At one point in the ride, our driver screeched to a sudden halt, sending all of us, nose first, into the seats in front of us. Fortunately, most of us were already acquainted with this process and had our arms cocked and ready to cushion the impact. Some of the more careless passengers, who made the timely mistake of tending to a puking baby, or blinking at the wrong second, were sent skull-first into what appeared to be a car seat cushion induced concussion. But that wasn’t important. What was important was that, to the disbelief of all of us, the driver had stopped the car, giving proof that if eleven people all pray simultaneously for something, even God can´t turn a blind eye.

To the implicit behest of the entire group, someone opened the van door. The girl, who was situated in front of me for the ride, fell out and instantly collapsed. She lay on the ground, defeated, for a moment then gradually began the ordeal of picking herself up.
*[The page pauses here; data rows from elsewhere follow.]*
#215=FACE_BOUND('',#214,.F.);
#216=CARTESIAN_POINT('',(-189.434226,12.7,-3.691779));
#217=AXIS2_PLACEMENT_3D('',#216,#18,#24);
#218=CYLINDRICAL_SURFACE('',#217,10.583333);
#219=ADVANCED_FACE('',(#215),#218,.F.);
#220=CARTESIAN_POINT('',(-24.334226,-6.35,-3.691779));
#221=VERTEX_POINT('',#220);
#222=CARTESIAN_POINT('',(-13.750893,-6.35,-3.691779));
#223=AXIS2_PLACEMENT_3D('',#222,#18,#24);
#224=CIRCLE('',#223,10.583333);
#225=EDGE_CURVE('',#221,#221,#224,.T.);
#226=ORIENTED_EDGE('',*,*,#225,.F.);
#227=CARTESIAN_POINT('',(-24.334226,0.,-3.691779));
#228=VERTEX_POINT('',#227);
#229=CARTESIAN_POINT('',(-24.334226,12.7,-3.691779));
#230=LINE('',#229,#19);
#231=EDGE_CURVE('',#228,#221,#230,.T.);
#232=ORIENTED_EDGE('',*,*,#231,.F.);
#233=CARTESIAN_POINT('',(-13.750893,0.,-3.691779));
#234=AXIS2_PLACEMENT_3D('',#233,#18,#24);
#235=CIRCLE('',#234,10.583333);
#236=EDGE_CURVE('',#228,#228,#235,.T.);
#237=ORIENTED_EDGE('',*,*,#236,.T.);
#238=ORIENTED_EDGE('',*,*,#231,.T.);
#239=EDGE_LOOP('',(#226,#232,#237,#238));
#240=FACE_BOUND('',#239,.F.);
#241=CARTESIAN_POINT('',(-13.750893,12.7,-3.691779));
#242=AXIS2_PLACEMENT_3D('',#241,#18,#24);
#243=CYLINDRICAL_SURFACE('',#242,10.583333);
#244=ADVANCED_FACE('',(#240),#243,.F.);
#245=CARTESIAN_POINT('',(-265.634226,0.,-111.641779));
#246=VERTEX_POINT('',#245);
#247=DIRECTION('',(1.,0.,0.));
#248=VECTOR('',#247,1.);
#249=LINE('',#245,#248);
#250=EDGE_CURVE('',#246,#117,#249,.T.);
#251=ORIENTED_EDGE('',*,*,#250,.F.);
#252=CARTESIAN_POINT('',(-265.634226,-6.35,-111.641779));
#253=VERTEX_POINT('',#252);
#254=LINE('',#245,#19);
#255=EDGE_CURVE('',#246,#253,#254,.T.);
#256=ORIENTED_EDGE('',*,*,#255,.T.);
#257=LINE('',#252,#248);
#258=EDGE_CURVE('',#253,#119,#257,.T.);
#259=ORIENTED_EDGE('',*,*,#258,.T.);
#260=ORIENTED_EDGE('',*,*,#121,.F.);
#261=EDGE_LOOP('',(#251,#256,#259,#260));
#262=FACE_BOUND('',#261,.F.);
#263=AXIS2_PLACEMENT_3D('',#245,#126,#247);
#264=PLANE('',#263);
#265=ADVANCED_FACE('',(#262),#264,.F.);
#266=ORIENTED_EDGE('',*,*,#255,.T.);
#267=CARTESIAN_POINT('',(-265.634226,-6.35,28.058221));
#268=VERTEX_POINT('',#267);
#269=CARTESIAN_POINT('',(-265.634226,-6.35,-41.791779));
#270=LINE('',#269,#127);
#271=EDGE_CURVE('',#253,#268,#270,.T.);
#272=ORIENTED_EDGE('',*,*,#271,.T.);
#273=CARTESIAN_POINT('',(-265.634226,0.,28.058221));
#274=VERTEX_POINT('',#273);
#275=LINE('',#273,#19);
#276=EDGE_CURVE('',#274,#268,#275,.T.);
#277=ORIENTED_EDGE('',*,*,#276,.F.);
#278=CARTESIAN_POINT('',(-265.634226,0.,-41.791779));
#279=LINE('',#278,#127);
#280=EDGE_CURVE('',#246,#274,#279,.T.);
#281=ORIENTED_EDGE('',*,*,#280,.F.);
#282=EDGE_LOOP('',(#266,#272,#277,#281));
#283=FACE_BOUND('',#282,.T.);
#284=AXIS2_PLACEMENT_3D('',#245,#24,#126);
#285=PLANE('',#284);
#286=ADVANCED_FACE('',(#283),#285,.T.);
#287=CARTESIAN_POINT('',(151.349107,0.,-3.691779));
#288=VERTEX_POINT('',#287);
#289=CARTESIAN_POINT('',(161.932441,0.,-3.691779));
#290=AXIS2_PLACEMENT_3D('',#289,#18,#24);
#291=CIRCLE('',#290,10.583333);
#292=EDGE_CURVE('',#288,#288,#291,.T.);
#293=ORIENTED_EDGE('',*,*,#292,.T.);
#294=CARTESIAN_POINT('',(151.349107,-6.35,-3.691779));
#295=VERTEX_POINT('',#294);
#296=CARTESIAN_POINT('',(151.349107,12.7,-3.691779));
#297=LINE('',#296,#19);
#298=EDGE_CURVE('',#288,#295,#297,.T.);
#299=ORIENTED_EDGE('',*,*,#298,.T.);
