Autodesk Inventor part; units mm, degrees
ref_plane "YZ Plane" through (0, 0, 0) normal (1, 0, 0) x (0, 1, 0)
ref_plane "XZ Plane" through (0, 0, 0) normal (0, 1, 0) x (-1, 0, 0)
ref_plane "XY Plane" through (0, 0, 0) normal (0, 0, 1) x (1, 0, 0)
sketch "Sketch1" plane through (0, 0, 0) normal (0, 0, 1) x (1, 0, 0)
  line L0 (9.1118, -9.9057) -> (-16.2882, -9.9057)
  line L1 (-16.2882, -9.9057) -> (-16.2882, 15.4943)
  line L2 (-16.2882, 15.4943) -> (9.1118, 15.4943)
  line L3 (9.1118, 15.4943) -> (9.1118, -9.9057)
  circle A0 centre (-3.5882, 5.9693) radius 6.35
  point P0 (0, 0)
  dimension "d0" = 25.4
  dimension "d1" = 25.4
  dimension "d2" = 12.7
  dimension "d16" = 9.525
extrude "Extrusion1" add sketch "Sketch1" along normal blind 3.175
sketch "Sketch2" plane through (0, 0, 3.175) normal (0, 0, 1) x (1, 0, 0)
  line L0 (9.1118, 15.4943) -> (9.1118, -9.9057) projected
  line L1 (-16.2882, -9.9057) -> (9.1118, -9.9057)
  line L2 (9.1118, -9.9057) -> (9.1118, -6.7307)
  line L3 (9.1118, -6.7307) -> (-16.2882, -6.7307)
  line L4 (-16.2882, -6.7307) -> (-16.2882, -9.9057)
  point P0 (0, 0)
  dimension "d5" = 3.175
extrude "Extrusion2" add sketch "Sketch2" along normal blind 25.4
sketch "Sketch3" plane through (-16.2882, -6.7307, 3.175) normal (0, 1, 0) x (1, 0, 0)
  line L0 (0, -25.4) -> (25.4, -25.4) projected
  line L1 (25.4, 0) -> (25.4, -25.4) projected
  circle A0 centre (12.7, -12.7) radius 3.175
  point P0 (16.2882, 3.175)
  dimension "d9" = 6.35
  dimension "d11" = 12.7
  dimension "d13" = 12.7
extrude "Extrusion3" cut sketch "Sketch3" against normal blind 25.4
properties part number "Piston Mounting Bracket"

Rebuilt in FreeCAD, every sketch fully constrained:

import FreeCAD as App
import Part
import Sketcher
Q = App.Units.Quantity

doc = App.newDocument("Part")
params = doc.addObject("Spreadsheet::Sheet", "Params")
for row, (alias, value) in enumerate([
    ("sketch1_diameter", "0.5 in"),
    ("sketch1_width", "1 in"),
    ("pad1_length", "0.125 in"),
    ("sketch2_width", "1 in"),
    ("sketch2_height", "0.125 in"),
    ("pad2_length", "1 in"),
    ("sketch3_diameter", "0.25 in"),
    ("pocket1_length", "1 in"),
], start=1):
    params.set(f"A{row}", alias)
    params.set(f"B{row}", "=" + value)
    params.setAlias(f"B{row}", alias)

body = doc.addObject("PartDesign::Body", "Body")

# Sketch on XY plane
sketch1 = body.newObject("Sketcher::SketchObject", "Sketch")
sketch1.AttachmentSupport = (doc.getObject("XY_Plane"), [""])
sketch1.MapMode = "FlatFace"
sketch1.addGeometry([
    Part.LineSegment(App.Vector(-16, -10, 0), App.Vector(9, -10, 0)),  # 0
    Part.LineSegment(App.Vector(9, -10, 0), App.Vector(9, 15, 0)),  # 1
    Part.LineSegment(App.Vector(9, 15, 0), App.Vector(-16, 15, 0)),  # 2
    Part.LineSegment(App.Vector(-16, 15, 0), App.Vector(-16, -10, 0)),  # 3
    Part.Circle(App.Vector(-4, 6, 0), App.Vector(0, 0, 1), 6),  # 4
], False)
sketch1.addConstraint([
    Sketcher.Constraint("Coincident", 0, 2, 1, 1),
    Sketcher.Constraint("Coincident", 1, 2, 2, 1),
    Sketcher.Constraint("Coincident", 2, 2, 3, 1),
    Sketcher.Constraint("Coincident", 3, 2, 0, 1),
    Sketcher.Constraint("Horizontal", 0),
    Sketcher.Constraint("Vertical", 1),
    Sketcher.Constraint("Horizontal", 2),
    Sketcher.Constraint("Vertical", 3),
    Sketcher.Constraint("Equal", 2, 1),
    Sketcher.Constraint("Diameter", 4, Q("0.5 in")),
    Sketcher.Constraint("DistanceX", 0, 1, 0, 2, Q("1 in")),
    Sketcher.Constraint("DistanceX", 4, 3, 0, 2, Q("0.5 in")),
    Sketcher.Constraint("DistanceY", 4, 3, 1, 2, Q("0.375 in")),
    Sketcher.Constraint("DistanceY", 0, 2, -1, 1, Q("0.39 in")),
    Sketcher.Constraint("DistanceX", 4, 3, -1, 1, Q("3.5882 mm")),
])
sketch1.setExpression("Constraints[9]", "Params.sketch1_diameter")
sketch1.setExpression("Constraints[10]", "Params.sketch1_width")
pad1 = body.newObject("PartDesign::Pad", "Pad")
pad1.Profile = sketch1
pad1.setExpression("Length", "Params.pad1_length")

# Sketch on XY plane
sketch2 = body.newObject("Sketcher::SketchObject", "Sketch001")
sketch2.AttachmentSupport = (doc.getObject("XY_Plane"), [""])
sketch2.MapMode = "FlatFace"
sketch2.AttachmentOffset = App.Placement(App.Vector(0, 0, 0.125 * 25.4), App.Rotation())
sketch2.addGeometry([
    Part.LineSegment(App.Vector(9.1, -9.9, 0), App.Vector(9.1, -6.7, 0)),
    Part.LineSegment(App.Vector(9.1, -6.7, 0), App.Vector(-16.3, -6.7, 0)),
    Part.LineSegment(App.Vector(-16.3, -6.7, 0), App.Vector(-16.3, -9.9, 0)),
    Part.LineSegment(App.Vector(-16.3, -9.9, 0), App.Vector(9.1, -9.9, 0)),
], False)
sketch2.addConstraint([
    Sketcher.Constraint("Coincident", 0, 2, 1, 1),
    Sketcher.Constraint("Coincident", 1, 2, 2, 1),
    Sketcher.Constraint("Coincident", 2, 2, 3, 1),
    Sketcher.Constraint("Coincident", 3, 2, 0, 1),
    Sketcher.Constraint("Vertical", 0),
    Sketcher.Constraint("Horizontal", 1),
    Sketcher.Constraint("Vertical", 2),
    Sketcher.Constraint("Horizontal", 3),
    Sketcher.Constraint("DistanceX", 1, 2, 1, 1, Q("1 in")),
    Sketcher.Constraint("DistanceY", 0, 1, 0, 2, Q("0.125 in")),
    Sketcher.Constraint("DistanceY", 2, 2, -1, 1, Q("0.39 in")),
    Sketcher.Constraint("DistanceX", -1, 1, 0, 2, Q("9.1118 mm")),
])
sketch2.setExpression("Constraints[8]", "Params.sketch2_width")
sketch2.setExpression("Constraints[9]", "Params.sketch2_height")
pad2 = body.newObject("PartDesign::Pad", "Pad001")
pad2.Profile = sketch2
pad2.setExpression("Length", "Params.pad2_length")

# Sketch on XZ plane
sketch3 = body.newObject("Sketcher::SketchObject", "Sketch002")
sketch3.AttachmentSupport = (doc.getObject("XZ_Plane"), [""])
sketch3.MapMode = "FlatFace"
sketch3.AttachmentOffset = App.Placement(App.Vector(0, 0, 0.2649882 * 25.4), App.Rotation())
sketch3.addGeometry(Part.Circle(App.Vector(-3.6, 15.9, 0), App.Vector(0, 0, 1), 3.2), False)
sketch3.addConstraint([
    Sketcher.Constraint("Diameter", 0, Q("0.25 in")),
    Sketcher.Constraint("DistanceY", -1, 1, 0, 3, Q("0.625 in")),
    Sketcher.Constraint("DistanceX", 0, 3, -1, 1, Q("3.5882 mm")),
])
sketch3.setExpression("Constraints[0]", "Params.sketch3_diameter")
pocket1 = body.newObject("PartDesign::Pocket", "Pocket")
pocket1.Profile = sketch3
pocket1.setExpression("Length", "Params.pocket1_length")
pocket1.Reversed = True

doc.recompute()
At some point during the process, she decided that the task wasn’t possible, or otherwise wasn’t worth it. She remained in a hunched position, on all fours, for a few seconds then dry heaved twice. Although we were all privately attending to our own wellbeing, this caught the attention of the entire van.  We had adopted the mentality and demeanor of a platoon and here was a soldier on the cusp of a breakdown.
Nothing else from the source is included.